## Task requirements
The reply to the records below should contain exactly the lines from the line with "f 577 435 431" through the line with "f 558 560 413", and nothing besides.

[Stored data entries]
=====

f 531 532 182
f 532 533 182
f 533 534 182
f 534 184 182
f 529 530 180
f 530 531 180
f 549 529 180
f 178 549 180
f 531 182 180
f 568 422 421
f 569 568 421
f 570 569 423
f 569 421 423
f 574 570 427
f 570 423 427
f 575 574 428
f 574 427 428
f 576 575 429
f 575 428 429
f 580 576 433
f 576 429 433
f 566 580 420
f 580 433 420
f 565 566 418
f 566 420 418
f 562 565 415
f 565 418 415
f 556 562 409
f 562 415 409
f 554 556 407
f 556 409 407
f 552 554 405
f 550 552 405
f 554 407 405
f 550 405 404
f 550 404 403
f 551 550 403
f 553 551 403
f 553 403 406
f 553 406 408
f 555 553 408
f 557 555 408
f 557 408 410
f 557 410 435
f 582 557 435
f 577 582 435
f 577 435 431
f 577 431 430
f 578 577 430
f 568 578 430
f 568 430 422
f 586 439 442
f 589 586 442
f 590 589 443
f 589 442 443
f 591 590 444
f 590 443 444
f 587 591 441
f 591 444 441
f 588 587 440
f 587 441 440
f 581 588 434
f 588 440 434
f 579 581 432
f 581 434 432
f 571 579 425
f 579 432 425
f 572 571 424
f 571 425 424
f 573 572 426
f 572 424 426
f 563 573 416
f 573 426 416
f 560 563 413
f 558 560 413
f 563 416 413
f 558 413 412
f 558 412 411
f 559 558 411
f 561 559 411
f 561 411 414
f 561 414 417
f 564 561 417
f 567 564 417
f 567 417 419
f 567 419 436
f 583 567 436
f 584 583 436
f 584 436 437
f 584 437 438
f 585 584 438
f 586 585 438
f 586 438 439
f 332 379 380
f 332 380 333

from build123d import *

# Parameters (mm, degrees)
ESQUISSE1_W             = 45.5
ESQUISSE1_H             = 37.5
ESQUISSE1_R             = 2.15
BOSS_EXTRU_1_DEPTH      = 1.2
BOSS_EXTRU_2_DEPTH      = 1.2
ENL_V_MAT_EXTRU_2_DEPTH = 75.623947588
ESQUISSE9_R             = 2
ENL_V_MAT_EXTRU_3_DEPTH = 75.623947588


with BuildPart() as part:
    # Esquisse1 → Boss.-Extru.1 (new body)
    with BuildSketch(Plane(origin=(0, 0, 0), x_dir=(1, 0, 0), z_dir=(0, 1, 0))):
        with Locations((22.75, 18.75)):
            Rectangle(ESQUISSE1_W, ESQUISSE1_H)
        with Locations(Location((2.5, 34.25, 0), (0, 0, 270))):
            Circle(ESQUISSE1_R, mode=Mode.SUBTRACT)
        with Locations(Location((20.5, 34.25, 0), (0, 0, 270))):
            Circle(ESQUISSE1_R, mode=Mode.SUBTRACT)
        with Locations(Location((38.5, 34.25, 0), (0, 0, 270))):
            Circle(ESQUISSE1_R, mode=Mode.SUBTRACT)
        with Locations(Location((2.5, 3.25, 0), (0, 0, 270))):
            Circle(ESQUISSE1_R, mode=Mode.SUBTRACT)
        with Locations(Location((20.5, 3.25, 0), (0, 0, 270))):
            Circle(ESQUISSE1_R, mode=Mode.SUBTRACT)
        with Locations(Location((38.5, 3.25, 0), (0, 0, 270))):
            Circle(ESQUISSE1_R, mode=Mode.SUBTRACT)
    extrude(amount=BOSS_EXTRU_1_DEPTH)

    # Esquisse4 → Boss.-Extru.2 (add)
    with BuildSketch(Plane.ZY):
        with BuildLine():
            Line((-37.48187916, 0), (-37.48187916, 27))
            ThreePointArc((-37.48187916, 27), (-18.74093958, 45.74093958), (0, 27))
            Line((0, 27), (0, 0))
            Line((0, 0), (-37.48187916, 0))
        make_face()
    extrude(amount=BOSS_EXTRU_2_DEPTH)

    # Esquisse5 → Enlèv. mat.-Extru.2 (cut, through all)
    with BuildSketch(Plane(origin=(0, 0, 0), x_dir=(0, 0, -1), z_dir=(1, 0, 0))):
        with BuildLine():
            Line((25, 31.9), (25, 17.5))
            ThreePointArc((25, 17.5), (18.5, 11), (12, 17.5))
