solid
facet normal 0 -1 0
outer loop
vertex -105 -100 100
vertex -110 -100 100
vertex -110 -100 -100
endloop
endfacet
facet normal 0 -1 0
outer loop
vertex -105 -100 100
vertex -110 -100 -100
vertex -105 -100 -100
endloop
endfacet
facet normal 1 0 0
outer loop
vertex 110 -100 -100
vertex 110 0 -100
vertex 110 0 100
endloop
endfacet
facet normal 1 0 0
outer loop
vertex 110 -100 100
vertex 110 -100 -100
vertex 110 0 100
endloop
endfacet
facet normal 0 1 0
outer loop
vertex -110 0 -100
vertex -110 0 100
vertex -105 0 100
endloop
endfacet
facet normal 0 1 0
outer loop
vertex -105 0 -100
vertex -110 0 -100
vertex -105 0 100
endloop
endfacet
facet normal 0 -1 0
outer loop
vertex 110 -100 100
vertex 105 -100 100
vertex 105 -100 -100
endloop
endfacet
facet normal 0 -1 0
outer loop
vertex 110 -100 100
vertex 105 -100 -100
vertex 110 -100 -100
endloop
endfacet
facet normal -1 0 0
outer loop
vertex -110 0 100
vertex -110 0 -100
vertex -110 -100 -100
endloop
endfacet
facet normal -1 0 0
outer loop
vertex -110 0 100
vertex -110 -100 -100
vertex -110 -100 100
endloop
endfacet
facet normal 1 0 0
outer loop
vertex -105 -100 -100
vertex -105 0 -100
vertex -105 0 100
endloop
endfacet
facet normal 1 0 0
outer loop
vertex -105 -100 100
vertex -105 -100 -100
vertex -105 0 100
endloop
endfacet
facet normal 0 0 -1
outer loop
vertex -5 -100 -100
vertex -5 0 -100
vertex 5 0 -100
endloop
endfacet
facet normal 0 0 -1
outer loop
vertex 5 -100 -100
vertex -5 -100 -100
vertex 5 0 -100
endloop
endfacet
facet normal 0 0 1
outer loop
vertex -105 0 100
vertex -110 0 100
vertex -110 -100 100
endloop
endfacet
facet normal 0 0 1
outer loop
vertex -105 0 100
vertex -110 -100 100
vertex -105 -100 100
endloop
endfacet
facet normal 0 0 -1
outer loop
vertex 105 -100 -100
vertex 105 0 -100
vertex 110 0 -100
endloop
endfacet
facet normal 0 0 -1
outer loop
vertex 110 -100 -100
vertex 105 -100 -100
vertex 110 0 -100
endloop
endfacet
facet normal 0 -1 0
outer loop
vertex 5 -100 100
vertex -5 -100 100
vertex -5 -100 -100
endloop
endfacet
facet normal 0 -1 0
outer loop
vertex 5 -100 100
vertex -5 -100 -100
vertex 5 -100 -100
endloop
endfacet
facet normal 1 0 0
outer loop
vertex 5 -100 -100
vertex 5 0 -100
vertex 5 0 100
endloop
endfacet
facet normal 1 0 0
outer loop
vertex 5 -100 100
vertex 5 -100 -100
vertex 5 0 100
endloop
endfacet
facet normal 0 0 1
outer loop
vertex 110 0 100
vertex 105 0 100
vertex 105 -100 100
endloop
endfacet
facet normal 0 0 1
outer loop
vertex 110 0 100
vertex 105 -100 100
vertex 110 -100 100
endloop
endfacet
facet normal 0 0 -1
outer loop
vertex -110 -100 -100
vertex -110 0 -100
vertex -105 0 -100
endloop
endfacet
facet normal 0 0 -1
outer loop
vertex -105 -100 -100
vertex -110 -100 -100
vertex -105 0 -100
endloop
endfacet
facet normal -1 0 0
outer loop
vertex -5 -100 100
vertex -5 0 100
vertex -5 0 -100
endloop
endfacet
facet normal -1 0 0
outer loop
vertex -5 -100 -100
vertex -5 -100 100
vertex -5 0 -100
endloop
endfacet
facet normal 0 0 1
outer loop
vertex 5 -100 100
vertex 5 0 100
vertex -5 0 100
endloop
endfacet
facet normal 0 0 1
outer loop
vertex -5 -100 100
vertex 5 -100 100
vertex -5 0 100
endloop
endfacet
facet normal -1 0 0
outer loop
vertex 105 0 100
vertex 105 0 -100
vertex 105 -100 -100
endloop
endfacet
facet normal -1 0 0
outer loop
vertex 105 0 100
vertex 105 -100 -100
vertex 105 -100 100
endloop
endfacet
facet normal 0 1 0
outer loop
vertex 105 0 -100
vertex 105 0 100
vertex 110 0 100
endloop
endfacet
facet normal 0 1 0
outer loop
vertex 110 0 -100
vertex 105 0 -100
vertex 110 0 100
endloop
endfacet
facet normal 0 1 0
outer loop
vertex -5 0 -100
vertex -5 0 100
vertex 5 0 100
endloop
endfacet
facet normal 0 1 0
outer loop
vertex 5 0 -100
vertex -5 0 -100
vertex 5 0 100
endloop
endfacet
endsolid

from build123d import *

# Parameters (mm, degrees)
F0_W     = 5
F0_H     = 200
F1_DEPTH = 100


with BuildPart() as f1:
    # F0 (on Front) → F1 (new body)
    with BuildSketch(Plane.XZ):
        Polygon((0, 100), (0, 0), (0, -100), (5, -100), (5, 0), (5, 100), align=None)
        Polygon((0, -100), (0, 0), (0, 100), (-5, 100), (-5, 0), (-5, -100), align=None)
        with Locations((107.5, 0)):
            Rectangle(F0_W, F0_H)
        with Locations((-107.5, 0)):
            Rectangle(F0_W, F0_H)
    extrude(amount=F1_DEPTH)


solid = f1.part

=====

## Output of the task
f 577 435 431
f 577 431 430
f 578 577 430
f 568 578 430
f 568 430 422
f 586 439 442
f 589 586 442
f 590 589 443
f 589 442 443
f 591 590 444
f 590 443 444
f 587 591 441
f 591 444 441
f 588 587 440
f 587 441 440
f 581 588 434
f 588 440 434
f 579 581 432
f 581 434 432
f 571 579 425
f 579 432 425
f 572 571 424
f 571 425 424
f 573 572 426
f 572 424 426
f 563 573 416
f 573 426 416
f 560 563 413
f 558 560 413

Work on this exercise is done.